_Work instructions_: Every record that appears below should be transcribed exactly.

_Exercise material_:

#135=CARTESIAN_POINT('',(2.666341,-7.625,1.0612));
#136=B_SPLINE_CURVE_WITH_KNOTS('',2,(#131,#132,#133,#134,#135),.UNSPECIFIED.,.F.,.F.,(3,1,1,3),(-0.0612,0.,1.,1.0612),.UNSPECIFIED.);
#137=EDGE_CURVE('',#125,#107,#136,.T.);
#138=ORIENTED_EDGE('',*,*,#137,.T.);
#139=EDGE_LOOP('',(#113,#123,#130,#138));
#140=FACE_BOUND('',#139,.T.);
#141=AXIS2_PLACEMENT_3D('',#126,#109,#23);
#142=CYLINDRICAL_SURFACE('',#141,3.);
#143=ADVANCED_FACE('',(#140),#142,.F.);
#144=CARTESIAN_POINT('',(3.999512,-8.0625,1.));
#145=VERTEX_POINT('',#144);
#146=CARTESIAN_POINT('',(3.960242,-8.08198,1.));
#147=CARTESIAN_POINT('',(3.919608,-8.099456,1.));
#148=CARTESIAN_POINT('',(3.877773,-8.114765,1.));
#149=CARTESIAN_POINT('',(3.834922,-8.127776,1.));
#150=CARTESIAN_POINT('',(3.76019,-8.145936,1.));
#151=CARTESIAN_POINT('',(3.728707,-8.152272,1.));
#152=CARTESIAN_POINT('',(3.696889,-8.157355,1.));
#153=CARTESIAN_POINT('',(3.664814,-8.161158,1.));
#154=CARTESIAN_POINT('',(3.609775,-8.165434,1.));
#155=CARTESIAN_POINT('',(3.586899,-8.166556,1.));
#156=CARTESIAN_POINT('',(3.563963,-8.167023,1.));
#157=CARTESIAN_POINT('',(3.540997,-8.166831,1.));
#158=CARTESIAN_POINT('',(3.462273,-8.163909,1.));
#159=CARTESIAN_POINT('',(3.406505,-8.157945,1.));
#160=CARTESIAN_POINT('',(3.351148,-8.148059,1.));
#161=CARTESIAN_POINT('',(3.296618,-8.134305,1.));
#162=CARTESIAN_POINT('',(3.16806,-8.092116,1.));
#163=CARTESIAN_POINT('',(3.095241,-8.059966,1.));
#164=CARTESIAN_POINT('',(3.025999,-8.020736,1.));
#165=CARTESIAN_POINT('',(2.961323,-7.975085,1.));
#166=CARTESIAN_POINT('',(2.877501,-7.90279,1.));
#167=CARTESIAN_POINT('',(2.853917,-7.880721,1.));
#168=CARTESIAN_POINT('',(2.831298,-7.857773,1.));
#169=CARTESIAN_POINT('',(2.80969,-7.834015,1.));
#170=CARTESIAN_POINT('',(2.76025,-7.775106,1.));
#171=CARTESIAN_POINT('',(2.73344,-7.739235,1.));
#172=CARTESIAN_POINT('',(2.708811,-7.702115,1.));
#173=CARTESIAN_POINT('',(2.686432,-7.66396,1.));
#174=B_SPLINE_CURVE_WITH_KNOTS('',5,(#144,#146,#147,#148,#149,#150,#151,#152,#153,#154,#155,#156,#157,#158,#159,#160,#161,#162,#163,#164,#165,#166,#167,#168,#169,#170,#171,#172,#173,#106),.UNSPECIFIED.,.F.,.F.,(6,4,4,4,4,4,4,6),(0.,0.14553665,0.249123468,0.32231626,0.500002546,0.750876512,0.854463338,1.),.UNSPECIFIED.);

_Answer space_:
#135=CARTESIAN_POINT('',(2.666341,-7.625,1.0612));
#136=B_SPLINE_CURVE_WITH_KNOTS('',2,(#131,#132,#133,#134,#135),.UNSPECIFIED.,.F.,.F.,(3,1,1,3),(-0.0612,0.,1.,1.0612),.UNSPECIFIED.);
#137=EDGE_CURVE('',#125,#107,#136,.T.);
#138=ORIENTED_EDGE('',*,*,#137,.T.);
#139=EDGE_LOOP('',(#113,#123,#130,#138));
#140=FACE_BOUND('',#139,.T.);
#141=AXIS2_PLACEMENT_3D('',#126,#109,#23);
#142=CYLINDRICAL_SURFACE('',#141,3.);
#143=ADVANCED_FACE('',(#140),#142,.F.);
#144=CARTESIAN_POINT('',(3.999512,-8.0625,1.));
#145=VERTEX_POINT('',#144);
#146=CARTESIAN_POINT('',(3.960242,-8.08198,1.));
#147=CARTESIAN_POINT('',(3.919608,-8.099456,1.));
#148=CARTESIAN_POINT('',(3.877773,-8.114765,1.));
#149=CARTESIAN_POINT('',(3.834922,-8.127776,1.));
#150=CARTESIAN_POINT('',(3.76019,-8.145936,1.));
#151=CARTESIAN_POINT('',(3.728707,-8.152272,1.));
#152=CARTESIAN_POINT('',(3.696889,-8.157355,1.));
#153=CARTESIAN_POINT('',(3.664814,-8.161158,1.));
#154=CARTESIAN_POINT('',(3.609775,-8.165434,1.));
#155=CARTESIAN_POINT('',(3.586899,-8.166556,1.));
#156=CARTESIAN_POINT('',(3.563963,-8.167023,1.));
#157=CARTESIAN_POINT('',(3.540997,-8.166831,1.));
#158=CARTESIAN_POINT('',(3.462273,-8.163909,1.));
#159=CARTESIAN_POINT('',(3.406505,-8.157945,1.));
#160=CARTESIAN_POINT('',(3.351148,-8.148059,1.));
#161=CARTESIAN_POINT('',(3.296618,-8.134305,1.));
#162=CARTESIAN_POINT('',(3.16806,-8.092116,1.));
#163=CARTESIAN_POINT('',(3.095241,-8.059966,1.));
#164=CARTESIAN_POINT('',(3.025999,-8.020736,1.));
#165=CARTESIAN_POINT('',(2.961323,-7.975085,1.));
#166=CARTESIAN_POINT('',(2.877501,-7.90279,1.));
#167=CARTESIAN_POINT('',(2.853917,-7.880721,1.));
#168=CARTESIAN_POINT('',(2.831298,-7.857773,1.));
#169=CARTESIAN_POINT('',(2.80969,-7.834015,1.));
#170=CARTESIAN_POINT('',(2.76025,-7.775106,1.));
#171=CARTESIAN_POINT('',(2.73344,-7.739235,1.));
#172=CARTESIAN_POINT('',(2.708811,-7.702115,1.));
#173=CARTESIAN_POINT('',(2.686432,-7.66396,1.));
#174=B_SPLINE_CURVE_WITH_KNOTS('',5,(#144,#146,#147,#148,#149,#150,#151,#152,#153,#154,#155,#156,#157,#158,#159,#160,#161,#162,#163,#164,#165,#166,#167,#168,#169,#170,#171,#172,#173,#106),.UNSPECIFIED.,.F.,.F.,(6,4,4,4,4,4,4,6),(0.,0.14553665,0.249123468,0.32231626,0.500002546,0.750876512,0.854463338,1.),.UNSPECIFIED.);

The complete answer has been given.